Face à ce constat, il s’agira d’intensifier les actions d’éducation financière et de sensibilisation dans les thématiques liées à l’assurance en général, et la micro-assurance en particulier. Il sera tout au plus nécessaire d’élargir l’éducation financière à l’utilisation des moyens digitaux, notamment l’accès à l’assurance via mobile, et permettre aux populations à mieux connaître les différents produits d’assurance mais également à mieux connaître leurs droits et avantages en souscrivant à ces différents types de produits.

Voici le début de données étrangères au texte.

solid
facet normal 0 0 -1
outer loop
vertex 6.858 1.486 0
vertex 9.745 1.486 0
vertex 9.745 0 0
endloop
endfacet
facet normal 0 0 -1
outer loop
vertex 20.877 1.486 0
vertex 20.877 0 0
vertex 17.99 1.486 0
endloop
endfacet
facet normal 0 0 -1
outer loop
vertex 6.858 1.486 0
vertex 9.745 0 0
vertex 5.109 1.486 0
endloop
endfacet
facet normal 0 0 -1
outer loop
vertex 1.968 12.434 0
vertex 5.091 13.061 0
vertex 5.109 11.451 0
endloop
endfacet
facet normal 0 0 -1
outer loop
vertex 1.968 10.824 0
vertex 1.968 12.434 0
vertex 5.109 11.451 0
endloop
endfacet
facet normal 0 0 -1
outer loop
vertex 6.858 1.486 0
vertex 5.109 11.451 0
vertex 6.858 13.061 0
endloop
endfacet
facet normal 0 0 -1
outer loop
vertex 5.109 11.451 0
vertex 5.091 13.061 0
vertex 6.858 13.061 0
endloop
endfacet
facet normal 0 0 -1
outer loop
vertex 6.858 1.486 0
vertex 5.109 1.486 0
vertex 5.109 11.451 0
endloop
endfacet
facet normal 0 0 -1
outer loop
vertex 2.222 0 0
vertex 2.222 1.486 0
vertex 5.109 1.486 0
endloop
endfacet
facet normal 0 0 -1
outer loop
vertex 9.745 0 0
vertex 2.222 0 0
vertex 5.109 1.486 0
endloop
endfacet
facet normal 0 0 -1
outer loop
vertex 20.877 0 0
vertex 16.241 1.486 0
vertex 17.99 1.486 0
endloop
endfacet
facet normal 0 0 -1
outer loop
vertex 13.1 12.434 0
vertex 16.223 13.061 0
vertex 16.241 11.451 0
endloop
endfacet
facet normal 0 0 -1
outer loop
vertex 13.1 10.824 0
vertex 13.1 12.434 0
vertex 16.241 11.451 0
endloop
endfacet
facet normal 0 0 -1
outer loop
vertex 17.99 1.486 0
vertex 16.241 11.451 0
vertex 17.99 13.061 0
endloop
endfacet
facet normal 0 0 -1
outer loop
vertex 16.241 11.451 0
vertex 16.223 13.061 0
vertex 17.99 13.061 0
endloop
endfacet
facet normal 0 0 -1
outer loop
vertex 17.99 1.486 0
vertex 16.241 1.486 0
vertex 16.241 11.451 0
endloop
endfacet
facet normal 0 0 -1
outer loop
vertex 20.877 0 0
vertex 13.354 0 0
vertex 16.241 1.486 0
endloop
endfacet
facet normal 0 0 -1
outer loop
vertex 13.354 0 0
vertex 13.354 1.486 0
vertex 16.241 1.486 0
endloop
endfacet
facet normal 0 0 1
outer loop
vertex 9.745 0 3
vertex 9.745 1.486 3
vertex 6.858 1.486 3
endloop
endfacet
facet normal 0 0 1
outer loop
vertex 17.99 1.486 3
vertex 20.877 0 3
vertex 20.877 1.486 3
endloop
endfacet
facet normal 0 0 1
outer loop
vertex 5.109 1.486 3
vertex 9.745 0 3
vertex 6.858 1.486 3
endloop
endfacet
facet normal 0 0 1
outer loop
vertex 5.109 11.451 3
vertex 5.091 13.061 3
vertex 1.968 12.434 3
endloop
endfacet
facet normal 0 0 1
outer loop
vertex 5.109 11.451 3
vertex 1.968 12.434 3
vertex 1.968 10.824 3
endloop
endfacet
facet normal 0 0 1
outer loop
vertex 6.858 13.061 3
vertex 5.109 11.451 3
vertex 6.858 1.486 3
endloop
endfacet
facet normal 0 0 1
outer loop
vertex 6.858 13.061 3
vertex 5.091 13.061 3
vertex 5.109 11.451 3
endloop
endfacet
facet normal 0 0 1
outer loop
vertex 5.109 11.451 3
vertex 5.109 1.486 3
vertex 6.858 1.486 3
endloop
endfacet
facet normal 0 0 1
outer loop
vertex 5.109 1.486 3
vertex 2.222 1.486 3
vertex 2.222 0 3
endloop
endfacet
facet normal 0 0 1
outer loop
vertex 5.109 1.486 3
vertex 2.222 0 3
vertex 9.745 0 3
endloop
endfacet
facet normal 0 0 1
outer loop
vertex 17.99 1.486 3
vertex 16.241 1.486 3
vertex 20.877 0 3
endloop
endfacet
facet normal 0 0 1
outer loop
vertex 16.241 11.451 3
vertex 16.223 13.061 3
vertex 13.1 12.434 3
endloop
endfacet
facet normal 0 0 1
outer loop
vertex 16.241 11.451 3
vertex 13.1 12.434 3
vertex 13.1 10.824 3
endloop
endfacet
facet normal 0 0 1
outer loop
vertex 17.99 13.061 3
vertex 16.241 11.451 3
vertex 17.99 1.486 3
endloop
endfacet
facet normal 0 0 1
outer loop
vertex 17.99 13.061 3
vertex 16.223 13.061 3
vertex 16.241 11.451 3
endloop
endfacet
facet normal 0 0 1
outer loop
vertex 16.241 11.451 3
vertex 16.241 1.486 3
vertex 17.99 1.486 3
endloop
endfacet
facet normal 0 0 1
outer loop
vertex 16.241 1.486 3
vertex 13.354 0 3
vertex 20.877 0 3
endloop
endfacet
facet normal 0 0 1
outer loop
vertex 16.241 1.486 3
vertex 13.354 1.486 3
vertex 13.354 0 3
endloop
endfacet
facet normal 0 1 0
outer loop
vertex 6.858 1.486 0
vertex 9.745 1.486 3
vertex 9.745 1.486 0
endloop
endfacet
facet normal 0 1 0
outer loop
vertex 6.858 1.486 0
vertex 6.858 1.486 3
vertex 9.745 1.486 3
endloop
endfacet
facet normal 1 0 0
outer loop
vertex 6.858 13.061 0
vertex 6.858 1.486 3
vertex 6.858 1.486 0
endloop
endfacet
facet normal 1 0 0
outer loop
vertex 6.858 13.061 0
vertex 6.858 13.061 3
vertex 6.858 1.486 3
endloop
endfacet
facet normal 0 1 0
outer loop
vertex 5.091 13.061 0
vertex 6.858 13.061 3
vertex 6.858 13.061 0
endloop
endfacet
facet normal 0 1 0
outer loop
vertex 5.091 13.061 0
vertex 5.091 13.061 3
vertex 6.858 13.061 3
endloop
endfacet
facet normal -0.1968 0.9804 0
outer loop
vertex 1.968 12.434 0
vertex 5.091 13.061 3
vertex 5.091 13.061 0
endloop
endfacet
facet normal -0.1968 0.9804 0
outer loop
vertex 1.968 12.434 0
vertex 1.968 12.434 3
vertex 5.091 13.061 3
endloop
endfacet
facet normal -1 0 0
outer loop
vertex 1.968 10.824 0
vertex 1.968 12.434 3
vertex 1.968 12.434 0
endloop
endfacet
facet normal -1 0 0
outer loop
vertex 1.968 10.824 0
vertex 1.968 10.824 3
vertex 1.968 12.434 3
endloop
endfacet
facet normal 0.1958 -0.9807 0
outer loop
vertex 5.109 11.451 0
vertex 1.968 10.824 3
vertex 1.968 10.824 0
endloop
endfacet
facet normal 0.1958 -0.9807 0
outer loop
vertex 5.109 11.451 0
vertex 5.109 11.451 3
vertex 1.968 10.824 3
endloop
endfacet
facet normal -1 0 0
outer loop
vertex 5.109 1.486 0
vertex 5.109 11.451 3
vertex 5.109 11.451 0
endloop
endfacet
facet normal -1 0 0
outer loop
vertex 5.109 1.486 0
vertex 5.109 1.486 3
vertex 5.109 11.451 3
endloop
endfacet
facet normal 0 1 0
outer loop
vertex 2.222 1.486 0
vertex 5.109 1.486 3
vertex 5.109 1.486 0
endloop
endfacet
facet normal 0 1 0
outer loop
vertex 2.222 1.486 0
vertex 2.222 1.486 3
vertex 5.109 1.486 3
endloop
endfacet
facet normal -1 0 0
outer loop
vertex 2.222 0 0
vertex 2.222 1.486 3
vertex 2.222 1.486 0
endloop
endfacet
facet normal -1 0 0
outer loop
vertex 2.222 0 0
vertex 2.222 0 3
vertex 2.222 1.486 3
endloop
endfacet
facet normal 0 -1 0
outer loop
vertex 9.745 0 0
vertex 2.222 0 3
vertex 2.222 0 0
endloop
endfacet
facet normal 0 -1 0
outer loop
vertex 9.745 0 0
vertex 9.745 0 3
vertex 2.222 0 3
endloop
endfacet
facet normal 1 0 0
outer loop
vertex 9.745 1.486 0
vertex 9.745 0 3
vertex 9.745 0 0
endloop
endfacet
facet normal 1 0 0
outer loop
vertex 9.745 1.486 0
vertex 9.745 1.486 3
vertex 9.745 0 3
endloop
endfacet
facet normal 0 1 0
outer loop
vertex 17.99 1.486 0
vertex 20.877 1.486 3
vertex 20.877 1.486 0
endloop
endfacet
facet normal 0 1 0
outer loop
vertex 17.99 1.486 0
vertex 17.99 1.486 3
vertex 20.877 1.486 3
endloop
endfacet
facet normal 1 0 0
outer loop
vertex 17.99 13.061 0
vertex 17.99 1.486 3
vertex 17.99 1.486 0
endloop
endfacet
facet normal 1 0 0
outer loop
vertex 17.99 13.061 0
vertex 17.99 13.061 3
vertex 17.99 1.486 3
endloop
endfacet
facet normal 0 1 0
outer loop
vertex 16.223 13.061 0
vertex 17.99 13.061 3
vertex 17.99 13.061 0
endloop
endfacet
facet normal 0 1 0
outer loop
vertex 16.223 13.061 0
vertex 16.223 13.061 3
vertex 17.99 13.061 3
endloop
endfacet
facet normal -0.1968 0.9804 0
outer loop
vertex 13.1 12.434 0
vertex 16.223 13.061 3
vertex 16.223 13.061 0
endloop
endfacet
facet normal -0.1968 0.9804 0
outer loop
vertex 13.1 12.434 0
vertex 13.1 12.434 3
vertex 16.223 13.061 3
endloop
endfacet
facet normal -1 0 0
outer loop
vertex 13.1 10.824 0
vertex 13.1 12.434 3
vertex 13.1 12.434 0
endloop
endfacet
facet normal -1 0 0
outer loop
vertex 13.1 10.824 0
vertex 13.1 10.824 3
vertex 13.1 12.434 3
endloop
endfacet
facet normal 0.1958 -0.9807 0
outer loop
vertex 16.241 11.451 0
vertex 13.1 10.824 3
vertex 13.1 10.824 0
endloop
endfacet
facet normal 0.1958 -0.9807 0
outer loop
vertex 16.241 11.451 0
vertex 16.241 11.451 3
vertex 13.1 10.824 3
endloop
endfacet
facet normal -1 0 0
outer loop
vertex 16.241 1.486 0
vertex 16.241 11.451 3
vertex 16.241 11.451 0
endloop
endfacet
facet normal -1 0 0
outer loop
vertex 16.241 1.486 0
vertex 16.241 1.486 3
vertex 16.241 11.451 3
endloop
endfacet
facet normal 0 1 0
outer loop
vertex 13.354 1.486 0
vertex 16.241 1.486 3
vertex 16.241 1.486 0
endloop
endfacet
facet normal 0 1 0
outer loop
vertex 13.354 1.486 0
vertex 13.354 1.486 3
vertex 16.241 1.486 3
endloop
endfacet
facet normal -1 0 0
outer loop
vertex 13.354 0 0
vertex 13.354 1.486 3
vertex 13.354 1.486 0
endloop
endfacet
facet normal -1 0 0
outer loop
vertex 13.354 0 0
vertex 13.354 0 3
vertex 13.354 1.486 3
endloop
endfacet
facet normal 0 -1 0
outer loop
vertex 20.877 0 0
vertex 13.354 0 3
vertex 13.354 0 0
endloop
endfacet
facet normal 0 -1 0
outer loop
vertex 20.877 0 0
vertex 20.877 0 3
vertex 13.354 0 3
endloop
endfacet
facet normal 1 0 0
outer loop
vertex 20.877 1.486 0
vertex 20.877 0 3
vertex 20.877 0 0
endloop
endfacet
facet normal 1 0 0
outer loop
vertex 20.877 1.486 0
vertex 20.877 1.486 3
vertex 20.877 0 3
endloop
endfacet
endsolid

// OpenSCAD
// Number Declaration
Which_number_do_you_need = 11; //[1:12]
// Font Declaration
What_font = "Standard"; //	[Standard, Fjalla One, Roboto, Ubuntu, Lobster, Anton, Exo Bold, Patua One]


// Declare what size to use for each number
numSize =       (What_font == "Standard") ? 12.9 : 
                (What_font == "Fjalla One") ? 13.4 :
                (What_font == "Roboto") ? 12.9 :
                (What_font == "Ubuntu") ? 12.9 :
                (What_font == "Lobster") ? 13.9 :
                (What_font == "Anton") ? 13.9 :
                (What_font == "Exo Bold" ? 13.9 : 13.9);

//    text(Which_number_do_you_need, size = numSize, font = What_font);
    
    echo(Which_number_do_you_need);
    echo(What_font);
    echo(numSize);
    
if(Which_number_do_you_need==1) linear_extrude(height = 3){text("1", size = numSize, font = What_font);}
if(Which_number_do_you_need==2) linear_extrude(height = 3){text("2", size = numSize, font = What_font);}
if(Which_number_do_you_need==3) linear_extrude(height = 3){text("3", size = numSize, font = What_font);}
if(Which_number_do_you_need==4) linear_extrude(height = 3){text("4", size = numSize, font = What_font);}
if(Which_number_do_you_need==5) linear_extrude(height = 3){text("5", size = numSize, font = What_font);}
if(Which_number_do_you_need==6) linear_extrude(height = 3){text("6", size = numSize, font = What_font);}
if(Which_number_do_you_need==7) linear_extrude(height = 3){text("7", size = numSize, font = What_font);}
if(Which_number_do_you_need==8) linear_extrude(height = 3){text("8", size = numSize, font = What_font);}
if(Which_number_do_you_need==9) linear_extrude(height = 3){text("9", size = numSize, font = What_font);}
if(Which_number_do_you_need==10) linear_extrude(height = 3){text("10", size = numSize, font = What_font);}
if(Which_number_do_you_need==11) linear_extrude(height = 3){text("11", size = numSize, font = What_font);}
if(Which_number_do_you_need==12) linear_extrude(height = 3){text("12", size = numSize, font = What_font);}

d) S’adapter au changement des profils de risque et de l’exposition au risque
Le marché de l’assurance voit actuellement l’arrivée de nouveaux risques. Avec le dérèglement climatique, l’accélération de la fréquence des sinistres et l’aggravation des catastrophes imposent une mutation à marche forcée. Les assureurs ne dérogent pas à la règle, et doivent mettre au point de nouvelles couvertures.
Cette perspective devient de plus en plus importante, notamment dans un contexte de changement climatique qui modifie les profils de risque et l’exposition générale au risque. D’où la nécessité de l’élaboration de nouveaux produits qui est incontournable pour accompagner la transition énergétique.